*Work to complete:*
Produce as output only the lines below starting at the line with "#155=ORIENTED_EDGE('',*,*,#131,.F.);" and continuing through the line with "# FreeCAD 1.0 macro for this part", each one exactly as written.

*Data for the task:*
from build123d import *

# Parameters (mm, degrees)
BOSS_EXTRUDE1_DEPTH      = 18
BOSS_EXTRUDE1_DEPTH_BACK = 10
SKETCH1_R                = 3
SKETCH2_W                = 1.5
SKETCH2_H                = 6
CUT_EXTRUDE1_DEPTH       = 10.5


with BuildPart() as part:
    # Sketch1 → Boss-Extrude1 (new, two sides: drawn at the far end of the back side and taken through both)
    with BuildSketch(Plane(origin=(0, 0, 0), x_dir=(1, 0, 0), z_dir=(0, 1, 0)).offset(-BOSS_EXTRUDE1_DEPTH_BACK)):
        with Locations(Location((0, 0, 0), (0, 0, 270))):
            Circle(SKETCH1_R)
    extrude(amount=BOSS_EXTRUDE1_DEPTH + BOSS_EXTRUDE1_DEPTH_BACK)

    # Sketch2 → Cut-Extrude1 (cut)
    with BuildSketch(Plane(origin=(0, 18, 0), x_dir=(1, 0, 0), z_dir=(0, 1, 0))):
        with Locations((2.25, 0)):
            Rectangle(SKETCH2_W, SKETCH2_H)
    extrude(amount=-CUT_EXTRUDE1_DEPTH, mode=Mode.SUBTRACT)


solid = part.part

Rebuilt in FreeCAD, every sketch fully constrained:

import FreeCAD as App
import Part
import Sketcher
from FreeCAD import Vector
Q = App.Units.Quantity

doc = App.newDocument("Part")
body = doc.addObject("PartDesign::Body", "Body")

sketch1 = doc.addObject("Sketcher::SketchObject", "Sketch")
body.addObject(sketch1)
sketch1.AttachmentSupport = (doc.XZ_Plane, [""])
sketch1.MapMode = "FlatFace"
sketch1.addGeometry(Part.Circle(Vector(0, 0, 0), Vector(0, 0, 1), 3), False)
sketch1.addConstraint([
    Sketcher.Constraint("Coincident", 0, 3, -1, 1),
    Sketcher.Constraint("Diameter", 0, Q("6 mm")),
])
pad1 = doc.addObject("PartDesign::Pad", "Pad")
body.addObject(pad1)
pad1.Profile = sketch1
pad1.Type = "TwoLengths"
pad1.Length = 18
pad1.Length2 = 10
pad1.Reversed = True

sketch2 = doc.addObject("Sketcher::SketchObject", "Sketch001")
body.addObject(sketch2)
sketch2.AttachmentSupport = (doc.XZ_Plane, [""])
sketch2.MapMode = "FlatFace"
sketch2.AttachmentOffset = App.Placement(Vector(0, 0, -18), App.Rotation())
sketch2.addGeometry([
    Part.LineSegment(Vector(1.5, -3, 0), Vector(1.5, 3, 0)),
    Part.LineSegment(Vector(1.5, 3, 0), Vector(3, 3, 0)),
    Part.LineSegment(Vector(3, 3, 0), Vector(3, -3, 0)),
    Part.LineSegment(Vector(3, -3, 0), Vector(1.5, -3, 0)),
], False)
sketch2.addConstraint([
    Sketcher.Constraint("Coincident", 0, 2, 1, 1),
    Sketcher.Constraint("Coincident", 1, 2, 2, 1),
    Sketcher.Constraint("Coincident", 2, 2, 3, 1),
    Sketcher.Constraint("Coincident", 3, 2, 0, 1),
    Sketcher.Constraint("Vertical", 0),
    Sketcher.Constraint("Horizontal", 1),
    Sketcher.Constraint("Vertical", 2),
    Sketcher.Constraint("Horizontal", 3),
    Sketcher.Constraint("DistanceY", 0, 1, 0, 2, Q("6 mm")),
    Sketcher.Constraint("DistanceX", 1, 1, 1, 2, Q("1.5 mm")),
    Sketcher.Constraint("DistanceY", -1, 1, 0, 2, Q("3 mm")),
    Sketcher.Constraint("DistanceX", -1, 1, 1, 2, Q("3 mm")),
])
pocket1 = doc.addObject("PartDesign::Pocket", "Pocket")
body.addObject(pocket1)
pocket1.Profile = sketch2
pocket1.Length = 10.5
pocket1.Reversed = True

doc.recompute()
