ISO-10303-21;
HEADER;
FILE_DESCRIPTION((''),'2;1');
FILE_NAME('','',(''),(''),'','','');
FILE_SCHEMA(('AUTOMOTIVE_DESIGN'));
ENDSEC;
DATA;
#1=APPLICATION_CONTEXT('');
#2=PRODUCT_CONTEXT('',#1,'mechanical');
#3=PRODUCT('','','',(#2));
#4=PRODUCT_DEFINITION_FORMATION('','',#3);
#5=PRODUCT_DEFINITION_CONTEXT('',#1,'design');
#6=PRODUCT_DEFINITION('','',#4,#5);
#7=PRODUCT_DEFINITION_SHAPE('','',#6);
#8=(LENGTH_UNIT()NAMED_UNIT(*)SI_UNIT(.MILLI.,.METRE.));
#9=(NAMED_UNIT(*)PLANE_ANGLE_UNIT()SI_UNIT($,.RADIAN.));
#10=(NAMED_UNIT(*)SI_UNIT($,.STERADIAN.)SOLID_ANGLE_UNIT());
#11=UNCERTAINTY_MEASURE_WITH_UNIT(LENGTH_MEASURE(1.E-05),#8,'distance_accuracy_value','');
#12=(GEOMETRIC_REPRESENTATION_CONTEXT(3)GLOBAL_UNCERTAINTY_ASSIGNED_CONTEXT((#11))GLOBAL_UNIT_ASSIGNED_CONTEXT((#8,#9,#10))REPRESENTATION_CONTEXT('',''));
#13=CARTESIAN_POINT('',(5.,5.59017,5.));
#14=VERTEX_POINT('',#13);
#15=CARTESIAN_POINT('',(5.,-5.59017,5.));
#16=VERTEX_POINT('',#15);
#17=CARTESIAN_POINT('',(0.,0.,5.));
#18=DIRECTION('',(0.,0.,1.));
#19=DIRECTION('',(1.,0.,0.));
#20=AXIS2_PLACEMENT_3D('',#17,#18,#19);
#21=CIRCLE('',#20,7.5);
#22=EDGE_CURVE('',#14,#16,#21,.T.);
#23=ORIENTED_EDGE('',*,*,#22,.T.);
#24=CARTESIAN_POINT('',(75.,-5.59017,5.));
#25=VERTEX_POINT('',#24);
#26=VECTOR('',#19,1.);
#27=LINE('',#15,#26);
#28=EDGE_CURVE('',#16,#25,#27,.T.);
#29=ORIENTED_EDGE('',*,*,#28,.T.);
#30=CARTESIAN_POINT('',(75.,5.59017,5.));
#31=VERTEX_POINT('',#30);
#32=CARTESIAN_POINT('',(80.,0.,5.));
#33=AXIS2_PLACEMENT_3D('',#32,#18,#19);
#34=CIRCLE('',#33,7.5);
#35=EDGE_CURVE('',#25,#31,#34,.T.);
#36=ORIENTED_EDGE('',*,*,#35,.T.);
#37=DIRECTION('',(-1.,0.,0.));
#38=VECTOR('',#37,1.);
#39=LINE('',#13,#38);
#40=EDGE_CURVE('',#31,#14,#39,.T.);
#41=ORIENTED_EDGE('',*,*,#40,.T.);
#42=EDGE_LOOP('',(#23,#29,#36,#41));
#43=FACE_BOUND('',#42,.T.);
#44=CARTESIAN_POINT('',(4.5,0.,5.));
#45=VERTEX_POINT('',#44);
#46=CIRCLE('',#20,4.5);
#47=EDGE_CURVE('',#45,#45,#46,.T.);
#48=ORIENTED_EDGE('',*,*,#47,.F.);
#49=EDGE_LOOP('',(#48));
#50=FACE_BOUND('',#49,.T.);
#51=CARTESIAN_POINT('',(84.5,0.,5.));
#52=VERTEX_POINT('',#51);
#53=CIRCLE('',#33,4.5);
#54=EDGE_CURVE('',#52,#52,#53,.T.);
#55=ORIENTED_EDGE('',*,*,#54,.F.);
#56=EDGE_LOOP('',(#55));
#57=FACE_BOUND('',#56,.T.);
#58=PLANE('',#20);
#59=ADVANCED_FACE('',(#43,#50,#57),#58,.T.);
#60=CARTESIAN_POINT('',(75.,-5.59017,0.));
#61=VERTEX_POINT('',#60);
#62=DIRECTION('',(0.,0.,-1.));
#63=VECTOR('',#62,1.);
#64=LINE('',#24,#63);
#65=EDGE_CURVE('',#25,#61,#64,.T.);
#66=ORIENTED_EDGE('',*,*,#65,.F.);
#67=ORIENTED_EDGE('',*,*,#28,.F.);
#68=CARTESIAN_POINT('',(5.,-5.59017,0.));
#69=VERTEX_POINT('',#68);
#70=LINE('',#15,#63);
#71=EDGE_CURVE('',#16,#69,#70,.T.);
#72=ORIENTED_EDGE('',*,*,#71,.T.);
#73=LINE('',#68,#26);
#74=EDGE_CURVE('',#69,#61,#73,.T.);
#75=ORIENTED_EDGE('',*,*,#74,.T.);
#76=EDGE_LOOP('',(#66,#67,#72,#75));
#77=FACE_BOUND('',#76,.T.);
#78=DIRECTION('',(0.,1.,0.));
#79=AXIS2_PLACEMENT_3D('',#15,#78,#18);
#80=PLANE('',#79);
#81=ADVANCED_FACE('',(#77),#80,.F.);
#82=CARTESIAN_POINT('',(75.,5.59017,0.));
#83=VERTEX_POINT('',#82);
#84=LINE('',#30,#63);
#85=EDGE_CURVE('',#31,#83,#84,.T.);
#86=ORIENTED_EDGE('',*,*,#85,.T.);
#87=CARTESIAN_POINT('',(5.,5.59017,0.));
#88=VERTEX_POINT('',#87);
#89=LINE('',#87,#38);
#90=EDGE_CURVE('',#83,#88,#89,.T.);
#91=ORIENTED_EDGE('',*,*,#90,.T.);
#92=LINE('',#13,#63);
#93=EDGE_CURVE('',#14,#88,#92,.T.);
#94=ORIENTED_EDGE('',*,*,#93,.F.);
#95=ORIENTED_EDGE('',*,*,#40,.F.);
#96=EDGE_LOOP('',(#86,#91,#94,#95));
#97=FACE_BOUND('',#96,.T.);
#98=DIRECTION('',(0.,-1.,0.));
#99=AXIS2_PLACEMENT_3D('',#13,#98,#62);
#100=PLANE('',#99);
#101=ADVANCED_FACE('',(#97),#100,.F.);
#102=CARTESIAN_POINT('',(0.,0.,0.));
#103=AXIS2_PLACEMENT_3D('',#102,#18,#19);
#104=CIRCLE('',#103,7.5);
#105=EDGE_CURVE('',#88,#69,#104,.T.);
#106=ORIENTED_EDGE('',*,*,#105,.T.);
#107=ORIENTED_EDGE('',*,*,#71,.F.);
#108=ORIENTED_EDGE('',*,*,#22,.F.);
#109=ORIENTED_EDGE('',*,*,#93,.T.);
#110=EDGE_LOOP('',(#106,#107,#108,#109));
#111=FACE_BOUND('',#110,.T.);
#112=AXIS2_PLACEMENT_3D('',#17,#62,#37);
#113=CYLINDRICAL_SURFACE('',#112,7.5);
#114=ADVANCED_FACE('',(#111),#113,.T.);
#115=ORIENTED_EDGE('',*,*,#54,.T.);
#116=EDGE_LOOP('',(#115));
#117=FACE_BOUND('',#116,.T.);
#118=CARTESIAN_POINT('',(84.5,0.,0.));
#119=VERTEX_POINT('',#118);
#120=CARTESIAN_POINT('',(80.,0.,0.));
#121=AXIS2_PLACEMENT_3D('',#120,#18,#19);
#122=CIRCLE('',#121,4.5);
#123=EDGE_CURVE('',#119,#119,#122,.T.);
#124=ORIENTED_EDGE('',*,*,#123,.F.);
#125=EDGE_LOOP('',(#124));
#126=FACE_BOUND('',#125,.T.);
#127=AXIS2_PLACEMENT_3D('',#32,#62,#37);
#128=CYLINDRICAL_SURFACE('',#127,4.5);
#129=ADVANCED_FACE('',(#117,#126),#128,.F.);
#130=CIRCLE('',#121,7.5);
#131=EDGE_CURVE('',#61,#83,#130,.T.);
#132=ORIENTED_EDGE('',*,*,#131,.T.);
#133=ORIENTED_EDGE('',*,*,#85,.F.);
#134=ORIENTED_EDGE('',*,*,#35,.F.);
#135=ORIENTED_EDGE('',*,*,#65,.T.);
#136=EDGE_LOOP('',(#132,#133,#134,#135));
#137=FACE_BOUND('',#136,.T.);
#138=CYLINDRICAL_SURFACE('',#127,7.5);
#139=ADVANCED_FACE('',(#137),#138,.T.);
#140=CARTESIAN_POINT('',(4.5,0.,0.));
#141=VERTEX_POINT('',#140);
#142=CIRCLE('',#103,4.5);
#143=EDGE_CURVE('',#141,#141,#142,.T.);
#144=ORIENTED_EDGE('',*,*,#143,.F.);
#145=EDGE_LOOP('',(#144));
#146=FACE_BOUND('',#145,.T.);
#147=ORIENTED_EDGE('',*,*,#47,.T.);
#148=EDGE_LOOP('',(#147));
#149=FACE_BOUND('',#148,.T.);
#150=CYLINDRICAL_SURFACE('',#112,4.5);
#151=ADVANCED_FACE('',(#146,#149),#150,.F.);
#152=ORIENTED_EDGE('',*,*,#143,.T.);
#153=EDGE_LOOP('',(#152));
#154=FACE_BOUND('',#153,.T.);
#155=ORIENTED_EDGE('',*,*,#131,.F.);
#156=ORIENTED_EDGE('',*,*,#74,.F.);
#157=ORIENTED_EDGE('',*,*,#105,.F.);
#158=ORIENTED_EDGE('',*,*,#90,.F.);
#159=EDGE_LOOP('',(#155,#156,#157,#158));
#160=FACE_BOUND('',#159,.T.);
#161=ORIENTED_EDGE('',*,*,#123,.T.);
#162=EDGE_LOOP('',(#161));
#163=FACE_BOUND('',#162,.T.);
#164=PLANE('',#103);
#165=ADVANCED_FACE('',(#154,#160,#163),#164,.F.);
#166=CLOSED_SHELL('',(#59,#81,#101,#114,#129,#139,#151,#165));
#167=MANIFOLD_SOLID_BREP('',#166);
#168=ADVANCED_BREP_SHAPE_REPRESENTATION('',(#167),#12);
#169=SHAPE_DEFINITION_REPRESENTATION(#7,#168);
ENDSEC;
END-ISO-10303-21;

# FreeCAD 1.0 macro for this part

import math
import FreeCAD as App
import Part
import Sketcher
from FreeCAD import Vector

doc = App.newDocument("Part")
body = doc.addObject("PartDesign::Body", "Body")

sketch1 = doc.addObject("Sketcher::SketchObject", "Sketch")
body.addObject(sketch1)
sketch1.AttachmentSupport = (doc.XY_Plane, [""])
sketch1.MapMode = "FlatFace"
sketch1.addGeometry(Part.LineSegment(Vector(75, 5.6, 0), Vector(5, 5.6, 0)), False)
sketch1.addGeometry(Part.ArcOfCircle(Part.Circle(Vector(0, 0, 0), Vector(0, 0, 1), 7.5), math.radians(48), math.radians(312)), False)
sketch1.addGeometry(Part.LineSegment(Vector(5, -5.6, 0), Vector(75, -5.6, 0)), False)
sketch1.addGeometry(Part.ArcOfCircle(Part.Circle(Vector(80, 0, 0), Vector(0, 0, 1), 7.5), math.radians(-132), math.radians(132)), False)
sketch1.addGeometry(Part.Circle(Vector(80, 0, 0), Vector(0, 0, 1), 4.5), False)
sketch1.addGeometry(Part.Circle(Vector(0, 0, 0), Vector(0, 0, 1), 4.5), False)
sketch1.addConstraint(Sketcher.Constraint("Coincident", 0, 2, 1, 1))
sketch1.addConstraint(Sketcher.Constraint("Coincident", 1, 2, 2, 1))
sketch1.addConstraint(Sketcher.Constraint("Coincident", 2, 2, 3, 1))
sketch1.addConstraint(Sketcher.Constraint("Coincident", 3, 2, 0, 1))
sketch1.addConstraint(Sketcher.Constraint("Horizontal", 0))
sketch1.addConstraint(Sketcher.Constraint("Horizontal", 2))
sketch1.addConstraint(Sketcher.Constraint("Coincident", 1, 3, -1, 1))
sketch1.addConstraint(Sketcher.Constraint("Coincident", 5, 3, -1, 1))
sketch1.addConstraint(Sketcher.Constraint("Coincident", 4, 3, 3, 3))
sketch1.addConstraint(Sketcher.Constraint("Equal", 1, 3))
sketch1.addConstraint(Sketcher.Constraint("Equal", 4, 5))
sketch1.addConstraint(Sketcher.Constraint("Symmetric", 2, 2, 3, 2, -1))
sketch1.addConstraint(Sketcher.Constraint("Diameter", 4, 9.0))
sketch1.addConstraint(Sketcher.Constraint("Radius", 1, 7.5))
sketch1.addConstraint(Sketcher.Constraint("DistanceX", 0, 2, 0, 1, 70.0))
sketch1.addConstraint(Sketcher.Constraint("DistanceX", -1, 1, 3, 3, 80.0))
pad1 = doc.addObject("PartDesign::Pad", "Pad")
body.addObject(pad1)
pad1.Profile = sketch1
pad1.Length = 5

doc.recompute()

*Your response:*
#155=ORIENTED_EDGE('',*,*,#131,.F.);
#156=ORIENTED_EDGE('',*,*,#74,.F.);
#157=ORIENTED_EDGE('',*,*,#105,.F.);
#158=ORIENTED_EDGE('',*,*,#90,.F.);
#159=EDGE_LOOP('',(#155,#156,#157,#158));
#160=FACE_BOUND('',#159,.T.);
#161=ORIENTED_EDGE('',*,*,#123,.T.);
#162=EDGE_LOOP('',(#161));
#163=FACE_BOUND('',#162,.T.);
#164=PLANE('',#103);
#165=ADVANCED_FACE('',(#154,#160,#163),#164,.F.);
#166=CLOSED_SHELL('',(#59,#81,#101,#114,#129,#139,#151,#165));
#167=MANIFOLD_SOLID_BREP('',#166);
#168=ADVANCED_BREP_SHAPE_REPRESENTATION('',(#167),#12);
#169=SHAPE_DEFINITION_REPRESENTATION(#7,#168);
ENDSEC;
END-ISO-10303-21;

# FreeCAD 1.0 macro for this part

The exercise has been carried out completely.